§ About this task
Return, from the lines below, each one that includes the word "VECTOR".

+===+

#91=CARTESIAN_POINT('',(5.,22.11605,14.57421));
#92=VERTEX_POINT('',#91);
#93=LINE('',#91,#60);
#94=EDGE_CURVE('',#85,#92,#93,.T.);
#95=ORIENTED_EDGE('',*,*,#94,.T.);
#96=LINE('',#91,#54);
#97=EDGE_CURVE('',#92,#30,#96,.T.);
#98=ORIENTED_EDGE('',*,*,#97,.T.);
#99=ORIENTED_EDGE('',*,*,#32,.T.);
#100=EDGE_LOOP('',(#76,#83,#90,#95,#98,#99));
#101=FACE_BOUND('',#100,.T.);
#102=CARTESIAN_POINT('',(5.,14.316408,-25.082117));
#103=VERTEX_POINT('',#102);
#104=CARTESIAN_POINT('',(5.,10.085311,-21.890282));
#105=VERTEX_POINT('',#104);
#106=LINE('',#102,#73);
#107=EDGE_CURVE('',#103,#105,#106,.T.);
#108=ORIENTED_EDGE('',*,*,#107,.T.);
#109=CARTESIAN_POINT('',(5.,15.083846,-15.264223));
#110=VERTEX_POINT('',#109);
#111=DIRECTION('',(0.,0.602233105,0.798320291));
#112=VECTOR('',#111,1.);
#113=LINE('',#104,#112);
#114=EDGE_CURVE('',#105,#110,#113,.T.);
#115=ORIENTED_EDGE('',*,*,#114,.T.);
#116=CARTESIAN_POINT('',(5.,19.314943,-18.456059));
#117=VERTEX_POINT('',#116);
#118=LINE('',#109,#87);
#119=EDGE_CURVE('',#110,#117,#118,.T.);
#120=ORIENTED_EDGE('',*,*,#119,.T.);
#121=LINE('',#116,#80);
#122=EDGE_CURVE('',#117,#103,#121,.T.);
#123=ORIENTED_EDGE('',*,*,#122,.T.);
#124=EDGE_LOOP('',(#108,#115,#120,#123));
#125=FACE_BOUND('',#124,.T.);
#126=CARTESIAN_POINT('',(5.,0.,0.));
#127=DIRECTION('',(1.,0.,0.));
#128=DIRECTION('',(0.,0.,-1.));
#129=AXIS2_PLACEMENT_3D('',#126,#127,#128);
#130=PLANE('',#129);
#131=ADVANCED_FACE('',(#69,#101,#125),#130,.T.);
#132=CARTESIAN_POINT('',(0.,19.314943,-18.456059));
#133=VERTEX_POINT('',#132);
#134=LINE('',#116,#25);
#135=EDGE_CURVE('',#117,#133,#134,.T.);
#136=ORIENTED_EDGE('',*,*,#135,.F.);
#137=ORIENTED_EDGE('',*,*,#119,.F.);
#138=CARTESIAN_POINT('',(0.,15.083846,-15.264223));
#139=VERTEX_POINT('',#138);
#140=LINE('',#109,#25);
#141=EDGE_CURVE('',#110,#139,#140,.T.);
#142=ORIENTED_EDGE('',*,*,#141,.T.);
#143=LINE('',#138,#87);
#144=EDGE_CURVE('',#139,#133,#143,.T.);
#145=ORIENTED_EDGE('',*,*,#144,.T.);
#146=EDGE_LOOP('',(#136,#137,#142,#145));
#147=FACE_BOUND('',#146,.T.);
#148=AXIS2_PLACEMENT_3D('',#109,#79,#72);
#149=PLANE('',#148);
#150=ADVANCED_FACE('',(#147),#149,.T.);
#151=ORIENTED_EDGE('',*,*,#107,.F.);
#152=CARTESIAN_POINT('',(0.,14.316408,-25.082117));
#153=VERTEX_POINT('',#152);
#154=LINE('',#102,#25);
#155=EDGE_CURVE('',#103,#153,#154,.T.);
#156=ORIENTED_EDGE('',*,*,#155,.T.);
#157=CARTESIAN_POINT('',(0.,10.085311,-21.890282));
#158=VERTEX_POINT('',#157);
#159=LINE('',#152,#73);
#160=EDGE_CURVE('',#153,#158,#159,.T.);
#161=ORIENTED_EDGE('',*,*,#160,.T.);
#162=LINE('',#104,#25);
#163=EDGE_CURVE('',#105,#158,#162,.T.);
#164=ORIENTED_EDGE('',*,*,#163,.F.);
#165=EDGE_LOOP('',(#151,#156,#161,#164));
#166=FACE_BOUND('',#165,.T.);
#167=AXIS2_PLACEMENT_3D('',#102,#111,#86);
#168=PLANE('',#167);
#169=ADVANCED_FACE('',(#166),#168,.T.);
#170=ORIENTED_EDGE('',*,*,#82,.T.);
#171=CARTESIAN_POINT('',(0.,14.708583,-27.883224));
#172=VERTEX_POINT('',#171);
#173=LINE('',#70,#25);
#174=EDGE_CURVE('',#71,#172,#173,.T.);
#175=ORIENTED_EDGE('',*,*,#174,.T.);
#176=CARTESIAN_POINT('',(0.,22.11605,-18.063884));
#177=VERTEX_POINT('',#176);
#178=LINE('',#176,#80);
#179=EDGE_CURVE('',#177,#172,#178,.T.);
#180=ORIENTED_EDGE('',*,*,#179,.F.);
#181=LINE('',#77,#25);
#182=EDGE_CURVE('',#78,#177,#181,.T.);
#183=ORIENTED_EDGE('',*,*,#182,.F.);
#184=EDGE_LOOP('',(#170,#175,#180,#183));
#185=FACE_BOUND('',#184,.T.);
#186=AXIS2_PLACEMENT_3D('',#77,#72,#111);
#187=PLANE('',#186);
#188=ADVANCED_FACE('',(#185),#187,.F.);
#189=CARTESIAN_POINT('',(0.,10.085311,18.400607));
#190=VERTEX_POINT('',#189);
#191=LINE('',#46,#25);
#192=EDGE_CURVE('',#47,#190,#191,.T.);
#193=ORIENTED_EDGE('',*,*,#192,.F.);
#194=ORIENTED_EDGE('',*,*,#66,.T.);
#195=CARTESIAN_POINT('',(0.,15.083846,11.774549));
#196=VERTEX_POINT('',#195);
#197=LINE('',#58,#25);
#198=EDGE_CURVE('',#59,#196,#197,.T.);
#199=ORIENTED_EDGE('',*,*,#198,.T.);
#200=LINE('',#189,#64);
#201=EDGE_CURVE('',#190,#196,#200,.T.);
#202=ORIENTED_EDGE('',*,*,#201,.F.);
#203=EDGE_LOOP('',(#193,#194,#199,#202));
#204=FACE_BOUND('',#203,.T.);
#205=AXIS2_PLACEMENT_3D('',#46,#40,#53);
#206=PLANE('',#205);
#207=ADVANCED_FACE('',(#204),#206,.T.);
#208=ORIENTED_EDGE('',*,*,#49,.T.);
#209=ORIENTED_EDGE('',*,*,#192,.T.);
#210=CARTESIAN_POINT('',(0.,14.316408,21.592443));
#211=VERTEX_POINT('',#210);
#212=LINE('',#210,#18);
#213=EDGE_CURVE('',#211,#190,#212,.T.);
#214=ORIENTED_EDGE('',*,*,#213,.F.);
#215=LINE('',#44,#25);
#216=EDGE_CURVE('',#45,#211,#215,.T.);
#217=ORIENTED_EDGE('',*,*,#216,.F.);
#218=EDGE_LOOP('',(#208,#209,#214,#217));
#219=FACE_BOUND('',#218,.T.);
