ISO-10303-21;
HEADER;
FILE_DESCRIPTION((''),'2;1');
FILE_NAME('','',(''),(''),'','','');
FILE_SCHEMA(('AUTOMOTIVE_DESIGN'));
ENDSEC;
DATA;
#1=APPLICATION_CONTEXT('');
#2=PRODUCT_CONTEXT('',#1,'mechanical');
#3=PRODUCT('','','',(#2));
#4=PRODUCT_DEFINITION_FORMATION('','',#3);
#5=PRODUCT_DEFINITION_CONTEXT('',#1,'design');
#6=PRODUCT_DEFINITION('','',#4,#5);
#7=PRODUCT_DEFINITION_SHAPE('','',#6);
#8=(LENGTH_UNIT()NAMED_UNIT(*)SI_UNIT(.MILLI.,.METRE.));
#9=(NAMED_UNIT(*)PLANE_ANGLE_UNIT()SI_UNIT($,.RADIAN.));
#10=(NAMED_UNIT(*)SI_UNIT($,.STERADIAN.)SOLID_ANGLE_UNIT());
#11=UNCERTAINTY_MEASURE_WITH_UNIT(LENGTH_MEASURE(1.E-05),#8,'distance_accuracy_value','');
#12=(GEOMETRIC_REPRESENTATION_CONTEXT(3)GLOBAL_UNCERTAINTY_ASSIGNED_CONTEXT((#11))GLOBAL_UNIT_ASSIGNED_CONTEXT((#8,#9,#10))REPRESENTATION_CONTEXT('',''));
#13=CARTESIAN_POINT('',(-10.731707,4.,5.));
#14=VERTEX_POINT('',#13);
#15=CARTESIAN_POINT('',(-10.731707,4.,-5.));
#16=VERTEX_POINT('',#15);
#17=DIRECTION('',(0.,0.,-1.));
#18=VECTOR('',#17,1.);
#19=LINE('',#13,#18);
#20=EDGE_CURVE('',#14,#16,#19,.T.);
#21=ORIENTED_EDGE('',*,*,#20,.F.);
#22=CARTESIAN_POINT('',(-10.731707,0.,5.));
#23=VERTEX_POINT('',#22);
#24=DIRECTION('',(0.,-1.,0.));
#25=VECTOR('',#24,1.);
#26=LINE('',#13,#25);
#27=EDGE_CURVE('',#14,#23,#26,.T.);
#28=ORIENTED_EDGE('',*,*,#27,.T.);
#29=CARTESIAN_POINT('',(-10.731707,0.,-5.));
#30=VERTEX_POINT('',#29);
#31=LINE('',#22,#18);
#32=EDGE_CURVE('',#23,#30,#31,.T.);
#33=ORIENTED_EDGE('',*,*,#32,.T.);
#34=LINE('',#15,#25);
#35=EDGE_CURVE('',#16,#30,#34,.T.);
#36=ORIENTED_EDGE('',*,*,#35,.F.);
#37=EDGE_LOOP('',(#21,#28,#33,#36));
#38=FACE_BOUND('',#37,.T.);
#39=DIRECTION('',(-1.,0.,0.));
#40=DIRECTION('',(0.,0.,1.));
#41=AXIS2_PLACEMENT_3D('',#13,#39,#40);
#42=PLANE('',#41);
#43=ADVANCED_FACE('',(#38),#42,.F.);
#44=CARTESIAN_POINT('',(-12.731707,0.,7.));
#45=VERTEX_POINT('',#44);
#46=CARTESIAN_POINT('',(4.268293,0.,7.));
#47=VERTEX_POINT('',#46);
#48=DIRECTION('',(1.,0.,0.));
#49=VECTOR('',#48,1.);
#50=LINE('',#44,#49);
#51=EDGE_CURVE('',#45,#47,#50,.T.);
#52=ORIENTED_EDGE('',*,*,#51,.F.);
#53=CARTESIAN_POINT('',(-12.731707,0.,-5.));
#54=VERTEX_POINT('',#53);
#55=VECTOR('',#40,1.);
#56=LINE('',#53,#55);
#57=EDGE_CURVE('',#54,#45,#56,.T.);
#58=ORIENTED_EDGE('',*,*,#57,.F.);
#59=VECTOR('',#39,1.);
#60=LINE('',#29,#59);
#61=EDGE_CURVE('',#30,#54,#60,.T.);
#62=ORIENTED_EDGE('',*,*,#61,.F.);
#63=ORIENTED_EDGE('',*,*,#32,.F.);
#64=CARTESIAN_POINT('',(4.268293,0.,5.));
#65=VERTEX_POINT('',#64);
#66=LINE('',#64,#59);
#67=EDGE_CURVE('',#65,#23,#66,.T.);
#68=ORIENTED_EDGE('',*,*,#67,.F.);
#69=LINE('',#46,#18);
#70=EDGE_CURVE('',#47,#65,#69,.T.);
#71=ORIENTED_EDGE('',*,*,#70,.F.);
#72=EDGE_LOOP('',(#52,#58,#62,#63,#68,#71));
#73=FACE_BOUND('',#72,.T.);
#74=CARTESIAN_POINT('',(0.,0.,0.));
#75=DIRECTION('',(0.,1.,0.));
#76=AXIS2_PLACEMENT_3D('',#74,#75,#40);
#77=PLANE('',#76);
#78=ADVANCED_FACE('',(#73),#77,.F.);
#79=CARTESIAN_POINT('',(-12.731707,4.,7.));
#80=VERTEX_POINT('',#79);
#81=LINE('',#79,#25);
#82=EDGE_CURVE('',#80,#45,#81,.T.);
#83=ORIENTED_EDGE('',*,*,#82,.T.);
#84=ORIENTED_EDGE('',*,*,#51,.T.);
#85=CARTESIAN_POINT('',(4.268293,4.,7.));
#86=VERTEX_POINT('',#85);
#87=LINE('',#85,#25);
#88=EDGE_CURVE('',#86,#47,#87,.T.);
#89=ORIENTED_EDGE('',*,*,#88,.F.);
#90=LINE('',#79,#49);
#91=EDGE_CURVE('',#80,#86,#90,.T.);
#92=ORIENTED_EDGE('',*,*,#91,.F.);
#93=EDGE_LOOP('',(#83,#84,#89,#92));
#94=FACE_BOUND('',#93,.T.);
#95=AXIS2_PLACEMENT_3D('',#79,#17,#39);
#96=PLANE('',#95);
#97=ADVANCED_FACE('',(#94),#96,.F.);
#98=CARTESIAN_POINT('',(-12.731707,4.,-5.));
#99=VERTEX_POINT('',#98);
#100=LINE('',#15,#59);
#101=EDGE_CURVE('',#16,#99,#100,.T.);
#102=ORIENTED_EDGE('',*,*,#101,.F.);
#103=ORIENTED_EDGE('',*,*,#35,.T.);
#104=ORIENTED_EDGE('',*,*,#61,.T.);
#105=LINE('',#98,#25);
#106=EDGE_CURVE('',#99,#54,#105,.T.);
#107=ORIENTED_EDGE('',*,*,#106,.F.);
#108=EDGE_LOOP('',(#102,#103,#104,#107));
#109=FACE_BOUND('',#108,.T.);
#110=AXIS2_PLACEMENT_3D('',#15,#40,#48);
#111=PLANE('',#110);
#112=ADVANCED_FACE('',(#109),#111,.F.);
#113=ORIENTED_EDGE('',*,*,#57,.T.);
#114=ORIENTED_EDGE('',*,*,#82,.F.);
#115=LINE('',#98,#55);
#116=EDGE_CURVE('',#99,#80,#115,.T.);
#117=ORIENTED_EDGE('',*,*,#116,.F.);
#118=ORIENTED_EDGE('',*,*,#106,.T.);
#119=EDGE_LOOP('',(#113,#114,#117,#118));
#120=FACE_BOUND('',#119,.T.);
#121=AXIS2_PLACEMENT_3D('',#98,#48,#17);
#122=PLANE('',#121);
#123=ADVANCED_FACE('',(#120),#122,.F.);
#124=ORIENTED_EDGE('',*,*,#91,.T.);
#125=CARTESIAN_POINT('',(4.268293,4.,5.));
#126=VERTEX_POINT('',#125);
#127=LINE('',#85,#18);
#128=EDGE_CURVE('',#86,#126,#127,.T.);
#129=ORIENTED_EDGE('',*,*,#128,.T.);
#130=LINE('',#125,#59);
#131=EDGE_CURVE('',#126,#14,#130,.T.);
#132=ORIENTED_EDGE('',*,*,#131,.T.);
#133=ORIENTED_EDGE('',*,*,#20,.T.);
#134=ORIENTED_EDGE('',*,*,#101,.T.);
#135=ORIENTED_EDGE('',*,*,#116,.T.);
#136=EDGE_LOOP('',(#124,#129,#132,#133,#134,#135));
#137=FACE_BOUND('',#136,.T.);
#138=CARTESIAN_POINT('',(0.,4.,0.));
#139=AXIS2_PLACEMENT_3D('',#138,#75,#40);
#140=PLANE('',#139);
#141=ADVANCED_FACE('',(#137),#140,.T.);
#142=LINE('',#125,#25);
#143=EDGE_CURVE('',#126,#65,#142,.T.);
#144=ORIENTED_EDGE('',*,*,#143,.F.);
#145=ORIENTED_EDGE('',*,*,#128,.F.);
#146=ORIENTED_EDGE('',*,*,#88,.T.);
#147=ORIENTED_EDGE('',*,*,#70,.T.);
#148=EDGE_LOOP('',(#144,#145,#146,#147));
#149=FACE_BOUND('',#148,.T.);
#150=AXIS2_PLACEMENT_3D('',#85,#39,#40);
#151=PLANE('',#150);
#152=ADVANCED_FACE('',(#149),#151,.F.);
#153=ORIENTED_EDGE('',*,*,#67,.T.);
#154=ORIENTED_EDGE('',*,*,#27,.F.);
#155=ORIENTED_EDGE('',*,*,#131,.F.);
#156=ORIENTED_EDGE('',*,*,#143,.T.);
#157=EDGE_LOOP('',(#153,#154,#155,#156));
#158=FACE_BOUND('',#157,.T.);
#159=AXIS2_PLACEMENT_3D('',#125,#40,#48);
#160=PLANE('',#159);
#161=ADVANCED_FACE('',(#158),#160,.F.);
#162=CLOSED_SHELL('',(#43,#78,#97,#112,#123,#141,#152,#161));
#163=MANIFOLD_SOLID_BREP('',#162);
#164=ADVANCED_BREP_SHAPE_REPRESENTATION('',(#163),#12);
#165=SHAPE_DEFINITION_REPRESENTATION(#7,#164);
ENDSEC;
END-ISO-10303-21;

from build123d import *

# Parameters (mm, degrees)
BOSS_EXTRUDE1_DEPTH = 4


with BuildPart() as part:
    # Sketch2 → Boss-Extrude1 (new body)
    with BuildSketch(Plane(origin=(0, 0, 0), x_dir=(1, 0, 0), z_dir=(0, 1, 0))):
        Polygon((-12.731707317, 5), (-12.731707317, -7), (4.268292683, -7), (4.268292683, -5), (-10.731707317, -5), (-10.731707317, 5), align=None)
    extrude(amount=BOSS_EXTRUDE1_DEPTH)


solid = part.part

+===+

§ Solution for this problem
#112=VECTOR('',#111,1.);
#18=VECTOR('',#17,1.);
#25=VECTOR('',#24,1.);
#49=VECTOR('',#48,1.);
#55=VECTOR('',#40,1.);
#59=VECTOR('',#39,1.);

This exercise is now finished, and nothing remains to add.